Updated Jun 20, 2018 - Politics & Policy

Trump punts the border crisis to a broken Congress

Illustration: Sarah Grillo/Axios

President Trump's border crisis is only the latest example of the administration enacting a policy with drastic implications and telling Congress to fix it. The problem is that the strategy hasn't worked in the past, with negotiations going down in partisan flames.

Why it matters: If Congress fails yet again to find a legislative solution to a problem thrust upon it by the White House, this time it means that family separation at the border will continue until Trump caves — which is far from a fail-safe option.

On issues that have caused legislative stalemates for years — if not decades — Trump has consistently chosen to punt to Congress anyway.

"Normally recent presidents have acted through the executive action after Congress has failed. Trump’s doing the reverse — using executive action to provoke a congressional response," said Alex Conant, a former aide to Sen. Marco Rubio.

  • He decided to end the Affordable Care Act's cost-sharing subsidy payments, which experts were predicting would throw the individual market into turmoil unless Congress funded them.
  • He ended DACA, which protected people who came to the United States illegally as children from deportation.
  • His administration is now enforcing a zero-tolerance policy at the border, which has effectively led to children being separated from their parents.
  • At a meeting with House Republicans last night, Trump endorsed both of the immigration bills they'll vote on this week and made it clear that he wants Congress to address the family situation issue. Both bills do, but they also include other immigration changes, which would make them harder to pass.
I’ve always viewed Donald Trump as the political equivalent of disruptive technology ... Some disruptive technologies work out really well. Some don’t.
— GOP Sen. Ron Johnson

Congress has been unable to solve any of these issues, whether that's in spite of or because of the take-it-or-leave-it White House posturing. Congressional Republicans mostly blame Democrats, Democrats blame Trump, and Trump has blamed them all at different points.

  • "It’s the legislative strategy of rolling a grenade in the room," a former GOP leadership aide told me.
  • "Trump loves to deflect attention by telling Congress to deal with an issue when he knows full well there is no majority to support the action. It is a way to take the heat off himself and place the blame on Congress when nothing changes," said Darrell West of the Brookings Institution.

Yes, but: Trump has been saved from chaos so far.
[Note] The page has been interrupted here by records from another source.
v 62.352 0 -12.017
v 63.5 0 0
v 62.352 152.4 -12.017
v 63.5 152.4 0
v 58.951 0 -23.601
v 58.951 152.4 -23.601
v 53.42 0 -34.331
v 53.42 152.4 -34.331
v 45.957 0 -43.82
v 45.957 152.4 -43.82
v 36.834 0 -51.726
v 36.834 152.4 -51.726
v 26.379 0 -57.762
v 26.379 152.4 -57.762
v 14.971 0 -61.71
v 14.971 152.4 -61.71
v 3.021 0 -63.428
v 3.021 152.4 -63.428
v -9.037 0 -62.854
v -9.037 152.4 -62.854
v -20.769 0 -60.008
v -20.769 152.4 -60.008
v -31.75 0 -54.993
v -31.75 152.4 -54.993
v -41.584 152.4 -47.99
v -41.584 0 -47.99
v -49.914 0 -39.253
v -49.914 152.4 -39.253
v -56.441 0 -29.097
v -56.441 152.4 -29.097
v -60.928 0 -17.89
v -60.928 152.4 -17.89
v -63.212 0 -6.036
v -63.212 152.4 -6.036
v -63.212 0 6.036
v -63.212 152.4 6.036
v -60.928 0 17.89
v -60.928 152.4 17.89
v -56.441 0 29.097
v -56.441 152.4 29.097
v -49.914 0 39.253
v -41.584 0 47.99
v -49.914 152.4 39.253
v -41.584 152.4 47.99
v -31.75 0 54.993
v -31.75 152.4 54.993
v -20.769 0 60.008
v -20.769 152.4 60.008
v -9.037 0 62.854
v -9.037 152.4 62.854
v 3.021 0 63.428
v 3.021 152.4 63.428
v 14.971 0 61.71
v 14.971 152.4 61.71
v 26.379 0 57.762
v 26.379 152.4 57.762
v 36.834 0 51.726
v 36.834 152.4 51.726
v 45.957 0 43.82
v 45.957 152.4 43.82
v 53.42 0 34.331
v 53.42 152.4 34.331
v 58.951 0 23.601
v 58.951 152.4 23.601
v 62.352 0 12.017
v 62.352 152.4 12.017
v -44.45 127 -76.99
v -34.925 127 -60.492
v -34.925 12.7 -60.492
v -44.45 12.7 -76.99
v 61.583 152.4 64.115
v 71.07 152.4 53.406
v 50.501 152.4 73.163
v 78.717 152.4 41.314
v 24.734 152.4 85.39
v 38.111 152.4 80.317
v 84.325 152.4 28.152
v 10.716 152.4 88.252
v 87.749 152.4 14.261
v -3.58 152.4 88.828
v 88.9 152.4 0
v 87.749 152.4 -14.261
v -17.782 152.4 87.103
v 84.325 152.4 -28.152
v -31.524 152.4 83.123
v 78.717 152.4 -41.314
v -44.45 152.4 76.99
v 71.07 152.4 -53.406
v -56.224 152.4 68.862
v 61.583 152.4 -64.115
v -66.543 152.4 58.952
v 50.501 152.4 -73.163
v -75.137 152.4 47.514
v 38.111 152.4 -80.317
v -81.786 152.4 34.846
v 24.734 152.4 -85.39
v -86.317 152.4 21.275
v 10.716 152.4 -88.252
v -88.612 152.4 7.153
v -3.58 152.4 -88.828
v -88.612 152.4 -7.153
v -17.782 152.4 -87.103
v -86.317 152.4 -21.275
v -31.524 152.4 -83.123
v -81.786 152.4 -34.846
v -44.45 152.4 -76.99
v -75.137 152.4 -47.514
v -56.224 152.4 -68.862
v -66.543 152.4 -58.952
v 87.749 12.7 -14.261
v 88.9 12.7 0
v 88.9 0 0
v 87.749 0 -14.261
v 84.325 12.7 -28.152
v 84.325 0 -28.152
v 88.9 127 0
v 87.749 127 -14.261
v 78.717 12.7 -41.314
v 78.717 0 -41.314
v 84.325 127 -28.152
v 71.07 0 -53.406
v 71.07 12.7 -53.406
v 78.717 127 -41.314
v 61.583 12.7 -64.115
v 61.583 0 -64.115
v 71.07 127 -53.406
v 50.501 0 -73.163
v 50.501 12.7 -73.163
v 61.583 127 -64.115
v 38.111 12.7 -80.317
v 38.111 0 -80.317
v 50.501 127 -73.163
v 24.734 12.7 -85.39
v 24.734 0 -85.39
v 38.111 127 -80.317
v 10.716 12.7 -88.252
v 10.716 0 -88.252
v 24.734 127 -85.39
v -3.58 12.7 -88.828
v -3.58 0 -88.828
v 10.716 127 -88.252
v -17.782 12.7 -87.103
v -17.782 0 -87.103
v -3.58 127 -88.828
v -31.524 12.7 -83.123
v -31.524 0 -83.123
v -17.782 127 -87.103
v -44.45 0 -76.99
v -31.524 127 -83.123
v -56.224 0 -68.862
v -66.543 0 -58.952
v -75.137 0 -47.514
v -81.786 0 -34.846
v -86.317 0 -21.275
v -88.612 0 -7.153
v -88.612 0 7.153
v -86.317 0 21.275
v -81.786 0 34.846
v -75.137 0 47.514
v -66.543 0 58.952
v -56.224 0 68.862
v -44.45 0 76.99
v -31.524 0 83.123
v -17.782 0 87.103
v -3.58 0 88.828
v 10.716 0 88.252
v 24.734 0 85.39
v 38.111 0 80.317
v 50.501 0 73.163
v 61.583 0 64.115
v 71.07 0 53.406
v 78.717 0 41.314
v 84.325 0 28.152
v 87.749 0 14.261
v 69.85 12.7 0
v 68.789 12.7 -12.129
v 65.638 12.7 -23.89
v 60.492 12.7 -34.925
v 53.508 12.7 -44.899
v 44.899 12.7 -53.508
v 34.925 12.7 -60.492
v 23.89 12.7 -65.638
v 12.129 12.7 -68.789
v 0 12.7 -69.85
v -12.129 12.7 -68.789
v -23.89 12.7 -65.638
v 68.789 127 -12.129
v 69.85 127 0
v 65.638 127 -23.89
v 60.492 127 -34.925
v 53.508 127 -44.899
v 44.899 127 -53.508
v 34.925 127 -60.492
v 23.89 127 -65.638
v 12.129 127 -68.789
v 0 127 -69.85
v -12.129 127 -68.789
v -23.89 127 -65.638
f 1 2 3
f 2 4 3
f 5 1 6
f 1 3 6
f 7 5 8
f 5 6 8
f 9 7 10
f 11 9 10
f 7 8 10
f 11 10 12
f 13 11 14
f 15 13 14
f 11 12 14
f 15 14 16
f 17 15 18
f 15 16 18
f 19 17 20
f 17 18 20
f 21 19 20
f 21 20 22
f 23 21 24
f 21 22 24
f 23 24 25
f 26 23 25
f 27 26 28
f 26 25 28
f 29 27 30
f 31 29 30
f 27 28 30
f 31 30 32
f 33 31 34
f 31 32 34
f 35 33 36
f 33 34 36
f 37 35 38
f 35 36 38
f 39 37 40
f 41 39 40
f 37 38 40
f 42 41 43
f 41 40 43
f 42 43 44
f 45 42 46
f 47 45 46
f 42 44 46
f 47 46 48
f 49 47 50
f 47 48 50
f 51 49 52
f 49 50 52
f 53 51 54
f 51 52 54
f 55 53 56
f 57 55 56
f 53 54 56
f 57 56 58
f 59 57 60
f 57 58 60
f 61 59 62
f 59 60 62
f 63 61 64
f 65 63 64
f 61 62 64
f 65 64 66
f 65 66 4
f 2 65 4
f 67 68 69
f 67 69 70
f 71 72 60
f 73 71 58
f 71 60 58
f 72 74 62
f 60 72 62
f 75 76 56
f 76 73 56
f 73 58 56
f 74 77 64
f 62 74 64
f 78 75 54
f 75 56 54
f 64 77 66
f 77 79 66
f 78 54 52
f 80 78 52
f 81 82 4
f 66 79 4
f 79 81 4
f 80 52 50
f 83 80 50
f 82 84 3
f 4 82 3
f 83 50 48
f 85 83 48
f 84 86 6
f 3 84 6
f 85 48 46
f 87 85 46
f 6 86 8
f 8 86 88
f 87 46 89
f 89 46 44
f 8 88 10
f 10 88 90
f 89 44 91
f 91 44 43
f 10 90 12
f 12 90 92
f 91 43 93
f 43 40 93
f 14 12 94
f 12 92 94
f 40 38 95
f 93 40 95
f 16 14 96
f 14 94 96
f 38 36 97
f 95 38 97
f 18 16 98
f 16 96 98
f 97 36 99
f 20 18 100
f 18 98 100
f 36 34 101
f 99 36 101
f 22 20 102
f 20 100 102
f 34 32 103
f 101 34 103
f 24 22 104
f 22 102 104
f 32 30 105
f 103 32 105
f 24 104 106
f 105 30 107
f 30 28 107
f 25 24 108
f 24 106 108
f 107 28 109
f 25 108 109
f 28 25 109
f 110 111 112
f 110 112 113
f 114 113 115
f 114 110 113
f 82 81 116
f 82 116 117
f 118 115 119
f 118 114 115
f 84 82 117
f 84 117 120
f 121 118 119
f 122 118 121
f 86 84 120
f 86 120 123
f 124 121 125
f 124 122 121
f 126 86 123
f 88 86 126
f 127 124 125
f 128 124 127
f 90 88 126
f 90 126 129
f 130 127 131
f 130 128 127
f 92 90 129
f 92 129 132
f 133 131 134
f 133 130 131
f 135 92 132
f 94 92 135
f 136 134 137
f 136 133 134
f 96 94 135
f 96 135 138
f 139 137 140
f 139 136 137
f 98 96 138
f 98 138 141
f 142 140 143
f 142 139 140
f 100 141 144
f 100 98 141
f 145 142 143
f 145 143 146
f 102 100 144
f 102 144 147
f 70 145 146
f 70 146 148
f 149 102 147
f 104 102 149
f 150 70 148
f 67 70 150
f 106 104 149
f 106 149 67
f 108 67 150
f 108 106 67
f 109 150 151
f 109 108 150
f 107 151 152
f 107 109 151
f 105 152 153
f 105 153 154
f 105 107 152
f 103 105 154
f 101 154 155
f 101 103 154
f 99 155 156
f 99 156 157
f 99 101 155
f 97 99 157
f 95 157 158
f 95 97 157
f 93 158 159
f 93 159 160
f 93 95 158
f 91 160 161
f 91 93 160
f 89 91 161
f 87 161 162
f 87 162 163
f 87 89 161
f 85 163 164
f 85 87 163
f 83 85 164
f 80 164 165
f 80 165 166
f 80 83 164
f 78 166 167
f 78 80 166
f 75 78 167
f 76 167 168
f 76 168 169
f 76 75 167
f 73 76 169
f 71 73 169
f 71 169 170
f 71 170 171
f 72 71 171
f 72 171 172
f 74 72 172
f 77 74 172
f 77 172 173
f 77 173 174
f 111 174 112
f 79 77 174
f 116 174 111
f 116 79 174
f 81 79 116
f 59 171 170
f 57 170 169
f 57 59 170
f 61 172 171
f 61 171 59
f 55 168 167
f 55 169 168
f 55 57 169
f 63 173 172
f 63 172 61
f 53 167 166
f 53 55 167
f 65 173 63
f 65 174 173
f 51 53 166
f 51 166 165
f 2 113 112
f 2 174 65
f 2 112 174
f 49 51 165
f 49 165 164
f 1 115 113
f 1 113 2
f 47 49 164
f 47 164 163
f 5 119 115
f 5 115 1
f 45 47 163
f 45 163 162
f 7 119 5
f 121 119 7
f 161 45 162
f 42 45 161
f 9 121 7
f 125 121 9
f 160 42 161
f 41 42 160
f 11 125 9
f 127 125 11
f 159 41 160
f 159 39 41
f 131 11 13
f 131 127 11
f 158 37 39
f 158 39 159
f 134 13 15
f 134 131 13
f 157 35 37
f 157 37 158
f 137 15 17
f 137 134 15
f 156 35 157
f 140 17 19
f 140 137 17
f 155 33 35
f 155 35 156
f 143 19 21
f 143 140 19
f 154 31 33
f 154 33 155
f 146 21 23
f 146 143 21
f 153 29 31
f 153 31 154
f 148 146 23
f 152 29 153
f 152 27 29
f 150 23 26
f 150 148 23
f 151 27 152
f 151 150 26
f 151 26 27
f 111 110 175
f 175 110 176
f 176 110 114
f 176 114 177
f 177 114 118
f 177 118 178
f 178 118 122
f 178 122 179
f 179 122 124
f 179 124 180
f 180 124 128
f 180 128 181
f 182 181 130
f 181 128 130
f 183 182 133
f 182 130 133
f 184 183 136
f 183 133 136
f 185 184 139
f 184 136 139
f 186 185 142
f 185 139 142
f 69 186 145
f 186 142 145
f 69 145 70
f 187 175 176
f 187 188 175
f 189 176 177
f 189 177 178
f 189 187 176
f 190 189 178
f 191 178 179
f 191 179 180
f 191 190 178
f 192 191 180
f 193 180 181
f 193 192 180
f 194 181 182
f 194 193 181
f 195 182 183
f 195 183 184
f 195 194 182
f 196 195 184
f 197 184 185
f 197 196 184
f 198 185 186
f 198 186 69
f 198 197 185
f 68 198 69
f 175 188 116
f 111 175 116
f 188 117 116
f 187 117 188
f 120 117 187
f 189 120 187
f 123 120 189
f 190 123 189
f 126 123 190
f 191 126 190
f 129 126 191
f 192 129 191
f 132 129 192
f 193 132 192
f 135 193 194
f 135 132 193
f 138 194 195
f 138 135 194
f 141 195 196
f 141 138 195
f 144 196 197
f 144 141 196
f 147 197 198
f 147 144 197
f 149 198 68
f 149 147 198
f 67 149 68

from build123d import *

# Parameters (mm, degrees)
SKETCH1_W          = 25.4
SKETCH1_H          = 152.4
SKETCH2_W          = 19.05
SKETCH2_H          = 114.3
CUT_REVOLVE1_ANGLE = 120


with BuildPart() as part:
    # Sketch1 → Revolve1 (revolve)
    with BuildSketch(Plane.XY):
        with Locations((76.2, 76.2)):
            Rectangle(SKETCH1_W, SKETCH1_H)
    revolve(axis=Axis((0, 0, 0), (0, 1, 0)))

    # Sketch2 → Cut-Revolve1 (revolve, cut)
    with BuildSketch(Plane.XY):
        with Locations((79.375, 69.85)):
            Rectangle(SKETCH2_W, SKETCH2_H)
    revolve(axis=Axis((0, 0, 0), (0, 1, 0)), revolution_arc=CUT_REVOLVE1_ANGLE, mode=Mode.SUBTRACT)


solid = part.part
The individual health care market creatively adjusted to the subsidy payment termination, and court cases are currently protecting Dreamers. It's unclear how family separation at the border will play out.

What they're saying: Democrats decry Trump's actions as risky maneuvers to force his agenda, while Republicans walk a more delicate line.

  • “All he’s doing is using hostages and we should not be using our children as hostages, we should not be using DACA recipients as hostages," said Democratic Sen. Patty Murray. "It’s about a president who’s trying to act as a dictator.”
  • "What the president has done is lit a fire under us, and maybe that’s what we need," said GOP Sen. Mike Rounds. "Congress gets lackadaisical in how we do our legislation. We don’t get our work done. And we need to start getting our work done.”
  • Frequent Trump critic Jeff Flake, who's retiring, says Trump makes Congress's job harder. "The president will say do this, and this is what I’ll support, and then in the end he won’t support it," said Flake, adding that blame also lies with Congress. "But not just with Democrats, as the president has been saying.”

Why this time could be different: "There are reasons here to be concerned about kids separated from their parents and parents separated from their kids," said Sen. Roy Blunt, a member of GOP leadership. "It creates a greater desire of us to solve it, but also for people to want to see us solve it.”

Why it might not be: "It’s tougher in a political world that we’re in, moving into elections, because everything right now has a political dynamic that’s just wrong," said Democratic Sen. Doug Jones. "We need to be doing the right thing, not the political thing.”